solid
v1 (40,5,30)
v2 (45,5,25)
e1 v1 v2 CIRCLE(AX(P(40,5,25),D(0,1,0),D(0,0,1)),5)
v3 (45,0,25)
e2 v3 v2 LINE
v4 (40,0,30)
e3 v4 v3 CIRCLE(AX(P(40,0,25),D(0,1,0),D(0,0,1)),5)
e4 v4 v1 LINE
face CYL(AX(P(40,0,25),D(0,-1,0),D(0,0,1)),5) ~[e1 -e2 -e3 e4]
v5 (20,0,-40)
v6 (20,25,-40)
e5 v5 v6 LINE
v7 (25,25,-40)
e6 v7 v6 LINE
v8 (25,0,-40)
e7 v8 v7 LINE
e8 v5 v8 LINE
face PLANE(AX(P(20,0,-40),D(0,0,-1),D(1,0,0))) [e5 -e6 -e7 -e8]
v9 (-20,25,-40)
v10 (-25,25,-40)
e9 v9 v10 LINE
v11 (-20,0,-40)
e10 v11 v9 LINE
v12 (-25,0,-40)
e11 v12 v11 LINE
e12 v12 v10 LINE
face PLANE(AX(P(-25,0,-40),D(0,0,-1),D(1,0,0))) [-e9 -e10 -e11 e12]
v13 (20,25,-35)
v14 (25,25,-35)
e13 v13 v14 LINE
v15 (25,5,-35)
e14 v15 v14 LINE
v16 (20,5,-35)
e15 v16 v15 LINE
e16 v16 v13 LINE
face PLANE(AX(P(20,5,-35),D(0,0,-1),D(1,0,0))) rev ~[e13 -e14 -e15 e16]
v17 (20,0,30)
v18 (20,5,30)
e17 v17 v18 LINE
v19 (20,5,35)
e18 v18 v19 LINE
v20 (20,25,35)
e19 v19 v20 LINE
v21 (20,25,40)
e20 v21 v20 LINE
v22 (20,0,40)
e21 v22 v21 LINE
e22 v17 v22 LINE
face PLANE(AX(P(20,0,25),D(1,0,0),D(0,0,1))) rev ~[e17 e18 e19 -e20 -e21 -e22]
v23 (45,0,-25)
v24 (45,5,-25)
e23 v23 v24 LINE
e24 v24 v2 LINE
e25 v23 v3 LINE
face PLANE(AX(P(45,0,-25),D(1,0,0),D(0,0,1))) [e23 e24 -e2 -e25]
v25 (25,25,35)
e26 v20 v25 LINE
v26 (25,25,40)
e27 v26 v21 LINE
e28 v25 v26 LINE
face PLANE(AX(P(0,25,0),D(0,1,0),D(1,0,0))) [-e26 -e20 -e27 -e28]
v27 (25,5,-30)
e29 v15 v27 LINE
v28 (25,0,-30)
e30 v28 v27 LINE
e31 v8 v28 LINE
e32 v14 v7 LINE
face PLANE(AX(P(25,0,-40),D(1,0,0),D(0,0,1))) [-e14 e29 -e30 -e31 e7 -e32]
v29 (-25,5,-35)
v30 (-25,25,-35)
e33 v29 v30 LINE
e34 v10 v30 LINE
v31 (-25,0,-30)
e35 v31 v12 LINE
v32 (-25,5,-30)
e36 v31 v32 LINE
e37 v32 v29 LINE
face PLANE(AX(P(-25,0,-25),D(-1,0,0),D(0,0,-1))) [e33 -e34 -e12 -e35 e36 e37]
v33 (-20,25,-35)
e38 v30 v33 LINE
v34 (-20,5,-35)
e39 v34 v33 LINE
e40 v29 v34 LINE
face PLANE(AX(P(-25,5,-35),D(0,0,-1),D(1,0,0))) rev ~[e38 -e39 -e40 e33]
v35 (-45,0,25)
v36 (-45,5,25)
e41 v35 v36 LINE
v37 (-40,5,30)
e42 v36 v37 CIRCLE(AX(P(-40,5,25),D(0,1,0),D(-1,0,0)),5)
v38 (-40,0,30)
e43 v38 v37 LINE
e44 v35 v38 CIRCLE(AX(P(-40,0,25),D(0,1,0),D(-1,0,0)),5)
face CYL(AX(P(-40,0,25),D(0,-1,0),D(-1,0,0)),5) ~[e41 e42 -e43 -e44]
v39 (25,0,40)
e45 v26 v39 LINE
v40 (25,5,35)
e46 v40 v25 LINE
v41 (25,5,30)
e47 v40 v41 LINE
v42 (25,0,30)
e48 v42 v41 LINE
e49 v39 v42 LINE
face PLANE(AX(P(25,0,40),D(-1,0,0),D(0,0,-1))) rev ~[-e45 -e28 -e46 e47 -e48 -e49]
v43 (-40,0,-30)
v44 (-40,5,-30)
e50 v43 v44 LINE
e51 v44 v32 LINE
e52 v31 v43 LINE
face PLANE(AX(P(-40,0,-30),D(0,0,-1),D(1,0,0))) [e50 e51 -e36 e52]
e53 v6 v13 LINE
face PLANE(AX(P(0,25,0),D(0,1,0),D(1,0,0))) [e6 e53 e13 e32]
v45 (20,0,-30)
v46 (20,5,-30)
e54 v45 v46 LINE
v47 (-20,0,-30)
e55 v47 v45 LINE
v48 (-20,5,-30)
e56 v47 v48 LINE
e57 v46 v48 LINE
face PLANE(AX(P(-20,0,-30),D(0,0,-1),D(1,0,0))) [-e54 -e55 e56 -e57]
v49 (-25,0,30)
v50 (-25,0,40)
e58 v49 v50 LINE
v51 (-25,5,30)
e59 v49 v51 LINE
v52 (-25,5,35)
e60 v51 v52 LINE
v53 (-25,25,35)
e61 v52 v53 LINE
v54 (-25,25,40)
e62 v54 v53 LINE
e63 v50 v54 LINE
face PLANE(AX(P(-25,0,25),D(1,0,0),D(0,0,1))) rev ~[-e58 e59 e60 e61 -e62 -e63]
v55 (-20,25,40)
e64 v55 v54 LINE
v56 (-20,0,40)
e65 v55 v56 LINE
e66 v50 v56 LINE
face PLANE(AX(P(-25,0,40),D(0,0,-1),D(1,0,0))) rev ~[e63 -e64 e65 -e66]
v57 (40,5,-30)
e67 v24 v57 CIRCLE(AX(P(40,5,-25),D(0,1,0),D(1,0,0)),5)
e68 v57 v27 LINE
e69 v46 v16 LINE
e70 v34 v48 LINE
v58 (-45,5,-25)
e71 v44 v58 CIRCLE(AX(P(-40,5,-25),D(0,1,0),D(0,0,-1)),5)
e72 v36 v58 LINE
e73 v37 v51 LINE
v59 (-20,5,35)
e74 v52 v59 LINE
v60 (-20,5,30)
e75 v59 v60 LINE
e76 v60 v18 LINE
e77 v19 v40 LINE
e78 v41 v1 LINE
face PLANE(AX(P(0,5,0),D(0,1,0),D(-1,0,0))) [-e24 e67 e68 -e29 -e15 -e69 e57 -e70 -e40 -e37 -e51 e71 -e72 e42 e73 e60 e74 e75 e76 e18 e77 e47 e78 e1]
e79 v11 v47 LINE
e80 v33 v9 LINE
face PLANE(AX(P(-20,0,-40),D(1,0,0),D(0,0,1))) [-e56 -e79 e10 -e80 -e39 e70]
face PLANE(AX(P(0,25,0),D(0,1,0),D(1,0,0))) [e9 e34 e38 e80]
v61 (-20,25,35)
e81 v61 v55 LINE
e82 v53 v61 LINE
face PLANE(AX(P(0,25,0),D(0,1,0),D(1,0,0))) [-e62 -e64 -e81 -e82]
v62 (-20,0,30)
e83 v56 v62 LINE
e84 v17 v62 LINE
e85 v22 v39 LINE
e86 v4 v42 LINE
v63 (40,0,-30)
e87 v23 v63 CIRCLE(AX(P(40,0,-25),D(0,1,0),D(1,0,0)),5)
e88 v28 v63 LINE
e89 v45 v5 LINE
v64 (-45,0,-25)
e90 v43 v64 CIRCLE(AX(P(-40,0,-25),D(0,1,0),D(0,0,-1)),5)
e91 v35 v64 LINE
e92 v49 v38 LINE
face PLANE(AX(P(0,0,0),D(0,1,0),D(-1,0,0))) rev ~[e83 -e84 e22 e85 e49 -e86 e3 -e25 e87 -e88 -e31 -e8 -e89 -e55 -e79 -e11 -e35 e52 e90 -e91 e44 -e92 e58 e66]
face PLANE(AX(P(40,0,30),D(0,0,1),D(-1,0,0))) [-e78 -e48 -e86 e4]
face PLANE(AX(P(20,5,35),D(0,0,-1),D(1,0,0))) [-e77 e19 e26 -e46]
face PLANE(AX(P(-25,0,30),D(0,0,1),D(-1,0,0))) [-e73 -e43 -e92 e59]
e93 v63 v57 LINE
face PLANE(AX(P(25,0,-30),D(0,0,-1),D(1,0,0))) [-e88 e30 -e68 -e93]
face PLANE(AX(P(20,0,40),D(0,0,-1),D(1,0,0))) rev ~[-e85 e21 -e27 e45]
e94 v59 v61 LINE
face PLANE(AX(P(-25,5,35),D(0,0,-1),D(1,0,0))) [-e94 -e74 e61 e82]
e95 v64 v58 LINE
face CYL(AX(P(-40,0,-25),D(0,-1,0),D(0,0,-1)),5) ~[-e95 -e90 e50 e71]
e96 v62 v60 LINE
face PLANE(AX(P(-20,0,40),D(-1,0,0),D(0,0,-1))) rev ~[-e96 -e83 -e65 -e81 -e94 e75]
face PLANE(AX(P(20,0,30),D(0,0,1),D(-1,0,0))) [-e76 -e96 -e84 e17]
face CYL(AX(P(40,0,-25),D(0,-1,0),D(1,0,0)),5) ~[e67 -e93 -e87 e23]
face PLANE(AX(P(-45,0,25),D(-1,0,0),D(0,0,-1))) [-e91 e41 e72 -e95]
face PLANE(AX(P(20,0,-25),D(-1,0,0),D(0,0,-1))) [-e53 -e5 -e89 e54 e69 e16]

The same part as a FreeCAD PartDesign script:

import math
import FreeCAD as App
import Part
import Sketcher
from FreeCAD import Vector
Q = App.Units.Quantity

doc = App.newDocument("Part")
body = doc.addObject("PartDesign::Body", "Body")
body.AllowCompound = True

# Sketch on XZ plane
sketch1 = body.newObject("Sketcher::SketchObject", "Sketch")
sketch1.AttachmentSupport = (doc.getObject("XZ_Plane"), [""])
sketch1.MapMode = "FlatFace"
sketch1.addGeometry(Part.LineSegment(Vector(20, 25, 0), Vector(25, 25, 0)), False)
sketch1.addGeometry(Part.LineSegment(Vector(25, 25, 0), Vector(25, 40, 0)), False)
sketch1.addGeometry(Part.LineSegment(Vector(25, 40, 0), Vector(20, 40, 0)), False)
sketch1.addGeometry(Part.LineSegment(Vector(20, 40, 0), Vector(20, 25, 0)), False)
sketch1.addGeometry(Part.LineSegment(Vector(-25, 25, 0), Vector(-20, 25, 0)), False)
sketch1.addGeometry(Part.LineSegment(Vector(-20, 25, 0), Vector(-20, 40, 0)), False)
sketch1.addGeometry(Part.LineSegment(Vector(-20, 40, 0), Vector(-25, 40, 0)), False)
sketch1.addGeometry(Part.LineSegment(Vector(-25, 40, 0), Vector(-25, 25, 0)), False)
sketch1.addGeometry(Part.LineSegment(Vector(25, -40, 0), Vector(25, -25, 0)), False)
sketch1.addGeometry(Part.LineSegment(Vector(25, -25, 0), Vector(20, -25, 0)), False)
sketch1.addGeometry(Part.LineSegment(Vector(20, -25, 0), Vector(20, -40, 0)), False)
sketch1.addGeometry(Part.LineSegment(Vector(20, -40, 0), Vector(25, -40, 0)), False)
sketch1.addGeometry(Part.LineSegment(Vector(-20, -40, 0), Vector(-20, -25, 0)), False)
sketch1.addGeometry(Part.LineSegment(Vector(-20, -25, 0), Vector(-25, -25, 0)), False)
sketch1.addGeometry(Part.LineSegment(Vector(-25, -25, 0), Vector(-25, -40, 0)), False)
sketch1.addGeometry(Part.LineSegment(Vector(-25, -40, 0), Vector(-20, -40, 0)), False)
sketch1.addConstraint(Sketcher.Constraint("Coincident", 0, 2, 1, 1))
sketch1.addConstraint(Sketcher.Constraint("Coincident", 1, 2, 2, 1))
sketch1.addConstraint(Sketcher.Constraint("Coincident", 2, 2, 3, 1))
sketch1.addConstraint(Sketcher.Constraint("Coincident", 3, 2, 0, 1))
sketch1.addConstraint(Sketcher.Constraint("Coincident", 4, 2, 5, 1))
sketch1.addConstraint(Sketcher.Constraint("Coincident", 5, 2, 6, 1))
sketch1.addConstraint(Sketcher.Constraint("Coincident", 6, 2, 7, 1))
sketch1.addConstraint(Sketcher.Constraint("Coincident", 7, 2, 4, 1))
sketch1.addConstraint(Sketcher.Constraint("Coincident", 8, 2, 9, 1))
sketch1.addConstraint(Sketcher.Constraint("Coincident", 9, 2, 10, 1))
sketch1.addConstraint(Sketcher.Constraint("Coincident", 10, 2, 11, 1))
sketch1.addConstraint(Sketcher.Constraint("Coincident", 11, 2, 8, 1))
sketch1.addConstraint(Sketcher.Constraint("Coincident", 12, 2, 13, 1))
sketch1.addConstraint(Sketcher.Constraint("Coincident", 13, 2, 14, 1))
sketch1.addConstraint(Sketcher.Constraint("Coincident", 14, 2, 15, 1))
sketch1.addConstraint(Sketcher.Constraint("Coincident", 15, 2, 12, 1))
sketch1.addConstraint(Sketcher.Constraint("Horizontal", 0))
sketch1.addConstraint(Sketcher.Constraint("Vertical", 1))
sketch1.addConstraint(Sketcher.Constraint("Horizontal", 2))
sketch1.addConstraint(Sketcher.Constraint("Vertical", 3))
sketch1.addConstraint(Sketcher.Constraint("Horizontal", 4))
sketch1.addConstraint(Sketcher.Constraint("Vertical", 5))
sketch1.addConstraint(Sketcher.Constraint("Horizontal", 6))
sketch1.addConstraint(Sketcher.Constraint("Vertical", 7))
sketch1.addConstraint(Sketcher.Constraint("Vertical", 8))
sketch1.addConstraint(Sketcher.Constraint("Horizontal", 9))
sketch1.addConstraint(Sketcher.Constraint("Vertical", 10))
sketch1.addConstraint(Sketcher.Constraint("Horizontal", 11))
sketch1.addConstraint(Sketcher.Constraint("Vertical", 12))
sketch1.addConstraint(Sketcher.Constraint("Horizontal", 13))
sketch1.addConstraint(Sketcher.Constraint("Vertical", 14))
sketch1.addConstraint(Sketcher.Constraint("Horizontal", 15))
sketch1.addConstraint(Sketcher.Constraint("Symmetric", 7, 2, 8, 2, -1, 1))
sketch1.addConstraint(Sketcher.Constraint("Symmetric", 5, 2, 10, 2, -1, 1))
sketch1.addConstraint(Sketcher.Constraint("Symmetric", 3, 2, 12, 2, -1, 1))
sketch1.addConstraint(Sketcher.Constraint("Symmetric", 1, 2, 14, 2, -1, 1))
sketch1.addConstraint(Sketcher.Constraint("Symmetric", 3, 2, 4, 2, -2))
sketch1.addConstraint(Sketcher.Constraint("Symmetric", 1, 2, 6, 2, -2))
sketch1.addConstraint(Sketcher.Constraint("DistanceX", 0, 1, 0, 2, Q("5 mm")))
sketch1.addConstraint(Sketcher.Constraint("DistanceY", 1, 1, 1, 2, Q("15 mm")))
sketch1.addConstraint(Sketcher.Constraint("DistanceX", -1, 1, 0, 2, Q("25 mm")))
sketch1.addConstraint(Sketcher.Constraint("DistanceY", -1, 1, 0, 2, Q("25 mm")))
pad1 = body.newObject("PartDesign::Pad", "Pad")
pad1.Profile = sketch1
pad1.Length = 5
pad1.Reversed = True

# Sketch on XZ plane
sketch2 = body.newObject("Sketcher::SketchObject", "Sketch001")
sketch2.AttachmentSupport = (doc.getObject("XZ_Plane"), [""])
sketch2.MapMode = "FlatFace"
sketch2.AttachmentOffset = App.Placement(Vector(0, 0, -5), App.Rotation())
sketch2.addGeometry(Part.LineSegment(Vector(20, 40, 0), Vector(25, 40, 0)), False)
sketch2.addGeometry(Part.LineSegment(Vector(25, 40, 0), Vector(25, 35, 0)), False)
sketch2.addGeometry(Part.LineSegment(Vector(25, 35, 0), Vector(20, 35, 0)), False)
sketch2.addGeometry(Part.LineSegment(Vector(20, 35, 0), Vector(20, 40, 0)), False)
sketch2.addGeometry(Part.LineSegment(Vector(-25, 40, 0), Vector(-20, 40, 0)), False)
sketch2.addGeometry(Part.LineSegment(Vector(-20, 40, 0), Vector(-20, 35, 0)), False)
sketch2.addGeometry(Part.LineSegment(Vector(-20, 35, 0), Vector(-25, 35, 0)), False)
sketch2.addGeometry(Part.LineSegment(Vector(-25, 35, 0), Vector(-25, 40, 0)), False)
sketch2.addGeometry(Part.LineSegment(Vector(25, -35, 0), Vector(25, -40, 0)), False)
sketch2.addGeometry(Part.LineSegment(Vector(25, -40, 0), Vector(20, -40, 0)), False)
sketch2.addGeometry(Part.LineSegment(Vector(20, -40, 0), Vector(20, -35, 0)), False)
sketch2.addGeometry(Part.LineSegment(Vector(20, -35, 0), Vector(25, -35, 0)), False)
sketch2.addGeometry(Part.LineSegment(Vector(-20, -35, 0), Vector(-20, -40, 0)), False)
sketch2.addGeometry(Part.LineSegment(Vector(-20, -40, 0), Vector(-25, -40, 0)), False)
sketch2.addGeometry(Part.LineSegment(Vector(-25, -40, 0), Vector(-25, -35, 0)), False)
sketch2.addGeometry(Part.LineSegment(Vector(-25, -35, 0), Vector(-20, -35, 0)), False)
sketch2.addConstraint(Sketcher.Constraint("Coincident", 0, 2, 1, 1))
sketch2.addConstraint(Sketcher.Constraint("Coincident", 1, 2, 2, 1))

→ What you will do:
Lines from the first one above through the line containing "e38 v30 v33 LINE" are to be retyped exactly, both included, and nothing more.

→ Your solution:
solid
v1 (40,5,30)
v2 (45,5,25)
e1 v1 v2 CIRCLE(AX(P(40,5,25),D(0,1,0),D(0,0,1)),5)
v3 (45,0,25)
e2 v3 v2 LINE
v4 (40,0,30)
e3 v4 v3 CIRCLE(AX(P(40,0,25),D(0,1,0),D(0,0,1)),5)
e4 v4 v1 LINE
face CYL(AX(P(40,0,25),D(0,-1,0),D(0,0,1)),5) ~[e1 -e2 -e3 e4]
v5 (20,0,-40)
v6 (20,25,-40)
e5 v5 v6 LINE
v7 (25,25,-40)
e6 v7 v6 LINE
v8 (25,0,-40)
e7 v8 v7 LINE
e8 v5 v8 LINE
face PLANE(AX(P(20,0,-40),D(0,0,-1),D(1,0,0))) [e5 -e6 -e7 -e8]
v9 (-20,25,-40)
v10 (-25,25,-40)
e9 v9 v10 LINE
v11 (-20,0,-40)
e10 v11 v9 LINE
v12 (-25,0,-40)
e11 v12 v11 LINE
e12 v12 v10 LINE
face PLANE(AX(P(-25,0,-40),D(0,0,-1),D(1,0,0))) [-e9 -e10 -e11 e12]
v13 (20,25,-35)
v14 (25,25,-35)
e13 v13 v14 LINE
v15 (25,5,-35)
e14 v15 v14 LINE
v16 (20,5,-35)
e15 v16 v15 LINE
e16 v16 v13 LINE
face PLANE(AX(P(20,5,-35),D(0,0,-1),D(1,0,0))) rev ~[e13 -e14 -e15 e16]
v17 (20,0,30)
v18 (20,5,30)
e17 v17 v18 LINE
v19 (20,5,35)
e18 v18 v19 LINE
v20 (20,25,35)
e19 v19 v20 LINE
v21 (20,25,40)
e20 v21 v20 LINE
v22 (20,0,40)
e21 v22 v21 LINE
e22 v17 v22 LINE
face PLANE(AX(P(20,0,25),D(1,0,0),D(0,0,1))) rev ~[e17 e18 e19 -e20 -e21 -e22]
v23 (45,0,-25)
v24 (45,5,-25)
e23 v23 v24 LINE
e24 v24 v2 LINE
e25 v23 v3 LINE
face PLANE(AX(P(45,0,-25),D(1,0,0),D(0,0,1))) [e23 e24 -e2 -e25]
v25 (25,25,35)
e26 v20 v25 LINE
v26 (25,25,40)
e27 v26 v21 LINE
e28 v25 v26 LINE
face PLANE(AX(P(0,25,0),D(0,1,0),D(1,0,0))) [-e26 -e20 -e27 -e28]
v27 (25,5,-30)
e29 v15 v27 LINE
v28 (25,0,-30)
e30 v28 v27 LINE
e31 v8 v28 LINE
e32 v14 v7 LINE
face PLANE(AX(P(25,0,-40),D(1,0,0),D(0,0,1))) [-e14 e29 -e30 -e31 e7 -e32]
v29 (-25,5,-35)
v30 (-25,25,-35)
e33 v29 v30 LINE
e34 v10 v30 LINE
v31 (-25,0,-30)
e35 v31 v12 LINE
v32 (-25,5,-30)
e36 v31 v32 LINE
e37 v32 v29 LINE
face PLANE(AX(P(-25,0,-25),D(-1,0,0),D(0,0,-1))) [e33 -e34 -e12 -e35 e36 e37]
v33 (-20,25,-35)
e38 v30 v33 LINE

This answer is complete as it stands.